# BABY WILL BE HERE TODAY!!



## Donnie Hayden (Mar 7, 2005)

I know this is a R/C forum, but I figured since I was a fellow R/C'r lol, It would be ok to post this.

Our new baby Seth Hayden will come into the world sometime today and we are so glad the time has finally come, Especially my wife lol. I will keep everyone updated and maybe a pic or 2 once Seth is out in the world.


----------



## justinspeed79 (Mar 9, 2006)

Congrats bro! Best wished to you and the new family! :cheers:


----------



## Gary (May 21, 2004)

Congrats bro!


----------



## Courtney Vaughan (Apr 11, 2007)

Welcome to my world Donnie! LOL!


Make sure your wife has something to do BY HERSELF a couple of days a month, and you better take up racing again at least one or two days a month, or you'll both lose your sanity!

And you'll probably have to literally pull your wife away from the baby to get her to leave the house because the bond is so strong early on, but trust me, she will thank you for the alone time later on. 

At least that's the way mine worked out 

Good luck with everything!

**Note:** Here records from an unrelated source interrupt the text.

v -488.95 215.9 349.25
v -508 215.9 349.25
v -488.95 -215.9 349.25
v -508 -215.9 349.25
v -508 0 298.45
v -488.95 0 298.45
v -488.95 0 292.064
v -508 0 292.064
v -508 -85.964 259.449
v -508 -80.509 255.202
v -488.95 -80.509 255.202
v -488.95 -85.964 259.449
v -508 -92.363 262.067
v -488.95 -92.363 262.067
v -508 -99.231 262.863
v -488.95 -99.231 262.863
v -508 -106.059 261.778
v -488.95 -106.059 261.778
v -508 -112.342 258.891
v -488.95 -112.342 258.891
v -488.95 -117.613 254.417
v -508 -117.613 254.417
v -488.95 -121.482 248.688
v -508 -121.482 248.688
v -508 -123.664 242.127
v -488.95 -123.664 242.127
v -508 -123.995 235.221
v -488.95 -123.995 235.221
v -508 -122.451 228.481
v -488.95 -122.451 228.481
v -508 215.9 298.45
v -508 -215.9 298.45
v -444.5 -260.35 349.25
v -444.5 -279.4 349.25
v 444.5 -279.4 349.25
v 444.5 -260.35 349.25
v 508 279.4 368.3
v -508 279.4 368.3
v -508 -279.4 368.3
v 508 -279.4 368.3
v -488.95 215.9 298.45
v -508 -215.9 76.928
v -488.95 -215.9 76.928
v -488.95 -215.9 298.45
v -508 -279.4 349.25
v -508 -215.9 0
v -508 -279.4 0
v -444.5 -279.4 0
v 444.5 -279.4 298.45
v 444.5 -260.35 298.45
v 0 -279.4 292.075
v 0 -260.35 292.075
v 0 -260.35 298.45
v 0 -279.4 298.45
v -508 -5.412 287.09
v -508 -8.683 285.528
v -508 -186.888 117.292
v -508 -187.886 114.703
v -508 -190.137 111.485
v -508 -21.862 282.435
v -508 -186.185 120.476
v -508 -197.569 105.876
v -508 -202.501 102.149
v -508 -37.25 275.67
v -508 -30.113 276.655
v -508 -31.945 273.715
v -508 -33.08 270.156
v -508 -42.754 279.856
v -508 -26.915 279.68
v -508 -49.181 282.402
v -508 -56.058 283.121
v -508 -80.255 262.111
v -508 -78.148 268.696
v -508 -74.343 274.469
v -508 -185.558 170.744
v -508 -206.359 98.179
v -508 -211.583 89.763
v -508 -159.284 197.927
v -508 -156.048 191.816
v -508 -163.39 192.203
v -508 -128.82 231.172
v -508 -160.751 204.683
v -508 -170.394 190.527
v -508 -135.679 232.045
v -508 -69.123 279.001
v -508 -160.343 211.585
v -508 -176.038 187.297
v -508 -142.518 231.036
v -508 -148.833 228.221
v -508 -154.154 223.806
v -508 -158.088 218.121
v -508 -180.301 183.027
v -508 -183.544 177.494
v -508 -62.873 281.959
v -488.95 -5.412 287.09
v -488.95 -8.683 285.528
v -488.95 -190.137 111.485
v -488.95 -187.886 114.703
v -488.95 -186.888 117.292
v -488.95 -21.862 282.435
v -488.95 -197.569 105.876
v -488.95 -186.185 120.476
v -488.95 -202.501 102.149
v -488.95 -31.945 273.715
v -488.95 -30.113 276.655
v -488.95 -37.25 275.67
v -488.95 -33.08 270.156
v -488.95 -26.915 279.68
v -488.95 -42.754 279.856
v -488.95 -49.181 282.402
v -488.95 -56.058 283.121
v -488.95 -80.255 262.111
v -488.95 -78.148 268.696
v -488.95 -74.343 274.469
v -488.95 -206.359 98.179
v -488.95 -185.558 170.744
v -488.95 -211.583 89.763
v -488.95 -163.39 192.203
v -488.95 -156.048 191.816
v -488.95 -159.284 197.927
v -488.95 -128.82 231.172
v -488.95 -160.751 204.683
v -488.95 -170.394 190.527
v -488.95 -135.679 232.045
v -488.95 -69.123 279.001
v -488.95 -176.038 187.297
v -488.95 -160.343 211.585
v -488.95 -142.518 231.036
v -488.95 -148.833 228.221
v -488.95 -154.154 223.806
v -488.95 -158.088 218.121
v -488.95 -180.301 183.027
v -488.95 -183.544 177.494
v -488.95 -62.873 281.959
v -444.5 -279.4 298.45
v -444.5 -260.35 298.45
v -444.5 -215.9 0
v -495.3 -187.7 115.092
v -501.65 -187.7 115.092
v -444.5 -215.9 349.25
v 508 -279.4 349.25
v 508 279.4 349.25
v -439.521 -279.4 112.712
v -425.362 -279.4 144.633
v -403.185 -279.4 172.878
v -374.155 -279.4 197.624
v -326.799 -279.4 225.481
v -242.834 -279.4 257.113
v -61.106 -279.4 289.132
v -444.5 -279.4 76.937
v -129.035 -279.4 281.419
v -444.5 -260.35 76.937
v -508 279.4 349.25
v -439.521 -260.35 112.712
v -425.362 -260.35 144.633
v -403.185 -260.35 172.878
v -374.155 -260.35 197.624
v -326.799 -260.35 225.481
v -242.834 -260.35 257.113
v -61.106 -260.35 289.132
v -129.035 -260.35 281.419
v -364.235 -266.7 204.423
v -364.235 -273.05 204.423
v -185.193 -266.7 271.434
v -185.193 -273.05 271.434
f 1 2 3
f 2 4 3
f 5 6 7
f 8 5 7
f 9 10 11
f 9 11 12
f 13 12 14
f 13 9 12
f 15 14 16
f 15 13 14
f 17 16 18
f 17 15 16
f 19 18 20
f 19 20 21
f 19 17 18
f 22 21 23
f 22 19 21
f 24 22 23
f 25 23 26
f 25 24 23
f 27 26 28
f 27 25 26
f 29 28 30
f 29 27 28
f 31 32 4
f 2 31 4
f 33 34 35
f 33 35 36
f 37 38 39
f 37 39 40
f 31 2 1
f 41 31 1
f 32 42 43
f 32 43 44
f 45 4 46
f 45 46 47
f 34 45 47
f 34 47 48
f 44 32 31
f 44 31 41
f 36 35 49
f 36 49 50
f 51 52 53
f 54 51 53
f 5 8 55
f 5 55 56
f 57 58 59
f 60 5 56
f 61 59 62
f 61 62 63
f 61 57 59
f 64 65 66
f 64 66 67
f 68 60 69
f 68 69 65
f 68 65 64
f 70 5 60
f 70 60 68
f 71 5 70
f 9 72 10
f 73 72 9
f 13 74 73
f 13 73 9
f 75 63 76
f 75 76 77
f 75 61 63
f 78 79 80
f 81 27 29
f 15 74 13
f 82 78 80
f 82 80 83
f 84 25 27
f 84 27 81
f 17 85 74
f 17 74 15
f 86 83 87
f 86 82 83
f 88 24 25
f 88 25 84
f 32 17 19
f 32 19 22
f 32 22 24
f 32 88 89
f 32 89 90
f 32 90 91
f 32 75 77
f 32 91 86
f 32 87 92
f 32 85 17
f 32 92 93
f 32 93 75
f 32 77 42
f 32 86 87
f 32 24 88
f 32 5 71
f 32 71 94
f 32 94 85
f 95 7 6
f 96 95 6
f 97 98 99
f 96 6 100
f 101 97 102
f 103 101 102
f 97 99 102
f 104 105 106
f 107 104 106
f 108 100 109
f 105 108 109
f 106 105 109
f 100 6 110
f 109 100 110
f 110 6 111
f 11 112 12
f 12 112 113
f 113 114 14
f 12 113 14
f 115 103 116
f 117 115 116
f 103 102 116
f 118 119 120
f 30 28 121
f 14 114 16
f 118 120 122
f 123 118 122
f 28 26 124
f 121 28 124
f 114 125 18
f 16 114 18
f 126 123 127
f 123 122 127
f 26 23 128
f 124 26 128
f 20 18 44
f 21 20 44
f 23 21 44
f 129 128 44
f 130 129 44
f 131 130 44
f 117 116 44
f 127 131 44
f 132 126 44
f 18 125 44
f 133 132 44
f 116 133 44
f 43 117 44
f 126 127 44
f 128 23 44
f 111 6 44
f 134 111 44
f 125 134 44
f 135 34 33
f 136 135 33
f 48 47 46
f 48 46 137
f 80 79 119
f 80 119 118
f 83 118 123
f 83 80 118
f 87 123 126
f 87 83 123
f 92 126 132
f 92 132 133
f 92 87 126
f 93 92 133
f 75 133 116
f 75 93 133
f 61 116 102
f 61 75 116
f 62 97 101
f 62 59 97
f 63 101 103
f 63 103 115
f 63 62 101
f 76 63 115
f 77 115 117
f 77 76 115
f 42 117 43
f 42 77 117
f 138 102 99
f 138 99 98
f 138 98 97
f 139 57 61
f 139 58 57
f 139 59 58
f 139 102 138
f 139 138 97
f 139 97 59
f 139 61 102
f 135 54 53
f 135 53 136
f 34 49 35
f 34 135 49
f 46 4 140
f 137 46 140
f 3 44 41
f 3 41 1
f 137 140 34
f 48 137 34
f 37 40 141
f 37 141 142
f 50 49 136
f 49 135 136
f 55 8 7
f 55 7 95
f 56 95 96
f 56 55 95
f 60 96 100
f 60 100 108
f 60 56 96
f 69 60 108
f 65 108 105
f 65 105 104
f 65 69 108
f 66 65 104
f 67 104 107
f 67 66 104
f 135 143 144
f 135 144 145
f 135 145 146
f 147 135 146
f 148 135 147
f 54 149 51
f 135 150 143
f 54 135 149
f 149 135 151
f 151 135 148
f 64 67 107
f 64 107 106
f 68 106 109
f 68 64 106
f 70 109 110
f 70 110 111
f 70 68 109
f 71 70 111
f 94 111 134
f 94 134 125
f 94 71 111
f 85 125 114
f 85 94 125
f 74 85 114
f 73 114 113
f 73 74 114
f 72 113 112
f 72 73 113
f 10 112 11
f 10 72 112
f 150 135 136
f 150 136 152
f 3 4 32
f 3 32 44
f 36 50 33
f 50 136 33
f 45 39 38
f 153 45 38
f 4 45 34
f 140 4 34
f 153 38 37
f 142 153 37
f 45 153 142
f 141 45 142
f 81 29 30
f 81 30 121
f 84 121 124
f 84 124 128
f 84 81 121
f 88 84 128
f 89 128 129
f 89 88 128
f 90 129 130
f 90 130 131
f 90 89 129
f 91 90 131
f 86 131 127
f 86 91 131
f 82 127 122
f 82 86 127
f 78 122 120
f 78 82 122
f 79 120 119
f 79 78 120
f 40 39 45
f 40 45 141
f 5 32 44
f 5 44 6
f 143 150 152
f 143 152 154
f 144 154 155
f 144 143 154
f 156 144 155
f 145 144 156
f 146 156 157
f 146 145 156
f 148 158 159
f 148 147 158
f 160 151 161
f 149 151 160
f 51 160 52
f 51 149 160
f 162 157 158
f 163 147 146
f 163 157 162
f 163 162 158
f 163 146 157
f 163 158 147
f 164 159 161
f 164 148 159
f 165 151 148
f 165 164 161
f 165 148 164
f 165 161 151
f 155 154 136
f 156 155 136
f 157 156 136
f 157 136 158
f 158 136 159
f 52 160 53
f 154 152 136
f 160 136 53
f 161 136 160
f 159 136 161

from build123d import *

# Parameters (mm, degrees)
F1_W      = 1016
F1_H      = 558.8
F2_DEPTH  = 19.05
F3_W      = 63.5
F3_H      = 63.5
F4_DEPTH  = 349.25
F5_W      = 19.05
F5_H      = 50.8
F6_DEPTH  = 444.5
F8_W      = 19.05
F8_H      = 50.8
F9_DEPTH  = 215.9
F12_DEPTH = 19.05
F14_DEPTH = 19.05


with BuildPart() as f2:
    # F1 (on offset) → F2 (new body)
    with BuildSketch(Plane.XY.offset(368.3)):
        Rectangle(F1_W, F1_H)
    extrude(amount=-F2_DEPTH)


with BuildPart() as f4:
    # F3 (on face) → F4 (new body, through all)
    with BuildSketch(Plane(origin=(0, 0, 349.25), x_dir=(1, 0, 0), z_dir=(0, 0, -1))):
        with Locations((-476.25, 247.65)):
            Rectangle(F3_W, F3_H)
    extrude(amount=F4_DEPTH)


with BuildPart() as f6:
    # F5 (on Right) → F6 (new body, through all)
    with BuildSketch(Plane.YZ):
        with Locations((-269.875, 323.85)):
            Rectangle(F5_W, F5_H)
    extrude(amount=-F6_DEPTH)

    # F7: F6 across face


with BuildPart() as f6_1:
    add(f6.part)
    add(f6.part.mirror(Plane(origin=(0, -269.875, 323.85), x_dir=(0, 1, 0), z_dir=(1, 0, 0))))


with BuildPart() as f9:
    # F8 (on Front) → F9 (new body, through all)
    with BuildSketch(Plane.XZ):
        with Locations((-498.475, 323.85)):
            Rectangle(F8_W, F8_H)
    extrude(amount=F9_DEPTH)

    # F10: F9 across face


with BuildPart() as f9_1:
    add(f9.part)
    add(f9.part.mirror(Plane(origin=(-498.475, 0, 323.85), x_dir=(1, 0, 0), z_dir=(0, 1, 0))))


with BuildPart() as f12:
    # F11 (on face) → F12 (new body)
    with BuildSketch(Plane(origin=(-508, 0, 0), x_dir=(0, -1, 0), z_dir=(-1, 0, 0))):
        with BuildLine():
            ThreePointArc((33.0799778456, 270.1558769488), (62.8732727069, 281.9585449249), (80.5087788616, 255.2016334305))
            ThreePointArc((80.5087788616, 255.2016334305), (112.3416470737, 258.8910631212), (122.4510396453, 228.4814664142))
            ThreePointArc((122.4510396453, 228.4814664142), (154.1541238457, 223.8062292832), (156.0484644371, 191.8163111249))
            add(Edge.make_bspline(
                [(156.0484644371, 191.8163111249), (167.7488357967, 194.0958318488), (196.3995793658, 180.5637728836), (174.725267388, 100.2722267968), (208.613150374, 107.6504246008), (215.9, 76.9283920527)],
                knots=[0, 0, 0, 0, 0.2801682219, 0.661986872, 1, 1, 1, 1], degree=3))
            Line((215.9, 76.9283920527), (215.9, 298.45))
            Line((215.9, 298.45), (0, 298.45))
            Line((0, 298.45), (0, 292.0640114744))
            add(Edge.make_bspline(
                [(0, 292.0640114744), (6.454422463, 284.7026517546), (12.9921563713, 286.1066684098), (31.2538918898, 279.8478218411), (33.0799778456, 270.1558769488)],
                knots=[0, 0, 0, 0, 0.4609722548, 1, 1, 1, 1], degree=3))
        make_face()
    extrude(amount=-F12_DEPTH)


with BuildPart() as f14:
    # F13 (on face) → F14 (new body)
    with BuildSketch(Plane.XZ.offset(279.4)):
        with BuildLine():
            Line((-444.5, 298.45), (-444.5, 76.9366))
            add(Edge.make_bspline(
                [(-444.5, 76.9366), (-444.5, 239.3636506188), (-157.3917120695, 289.9159283825), (0, 292.0746)],
                knots=[0, 0, 0, 0, 493.8264969035, 493.8264969035, 493.8264969035, 493.8264969035], degree=3))
            Line((0, 292.0746), (0, 298.45))
            Line((0, 298.45), (-444.5, 298.45))
        make_face()
    extrude(amount=-F14_DEPTH)


solid = Compound([f2.part, f4.part, f6_1.part, f9_1.part, f12.part, f14.part])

You're about to change WAY more than you can even fathom or understand over the next few months!

You've got my number if you need anything!


----------



## BIGBADZ71 (Sep 18, 2009)

congrats best of luck to you and the misses hope all is well


----------



## Donnie Hayden (Mar 7, 2005)

LOL CV. Yeah, I'm looking forward to all of it......Well, all except the green poo part, thats where the wife will have to step in haha. And yeah, I miss racing man. With the winter months approaching, maybe I can get out and rent a car for a day to do some racing lol.


----------



## Courtney Vaughan (Apr 11, 2007)

CORR trucks are $200 brand new man! No excuses!


----------



## Donnie Hayden (Mar 7, 2005)

yeah, plus parts. plus batteries, etc etc.....LOL I know how that game goes.


----------



## #1 (May 16, 2009)

Who's the Daddy LOL


----------



## cjtamu (Sep 22, 2004)

Congratulations Donnie. Bring the little nipper to the track when he's old enough. Ya know, 5 or 6 days old, never too early to get 'em hooked on RC!


----------



## jamminD (Oct 31, 2007)

Congratulations Donnie,Good luck with everything.


----------



## Courtney Vaughan (Apr 11, 2007)

Yo Darrell! I saw your son at the car dealership yesterday! Did he get a new car?


----------



## Donnie Hayden (Mar 7, 2005)

Well, here he is, all 6lb 10oz of him!


----------



## jamminD (Oct 31, 2007)

No, only in his dreams.


----------



## Donnie Hayden (Mar 7, 2005)




----------



## Bigj (Jul 22, 2007)

Congarts Donnie Nothing like kids till you have Grandkids I have 4 of them next thing you know he will be off to collage !!!! give me a call sometime


----------



## Gary (May 21, 2004)

Congrats Mrs. and Mr. Hayden.


----------



## Donnie Hayden (Mar 7, 2005)

Thanks guys, it was a lovely moment today seeing my son come into this world. Dont worry, I will make a track appearance when he gets older.

Jerry, Will do.


----------



## Gary (May 21, 2004)

Get some sleep.


----------



## Courtney Vaughan (Apr 11, 2007)

Dang Donnie.....he's definitely yours!!!


----------



## chicken (Mar 21, 2005)

Congrats to Mom & Dad,

I brought Boose (#4 and LAST child) to Houston RC when she was 4 days old. Mom came to the track the next weekend, so make that track appearance soon.

Oh and when the boy gets a little older, make sure and unplug the soldering iron, Boose found out what it was used for the hard way .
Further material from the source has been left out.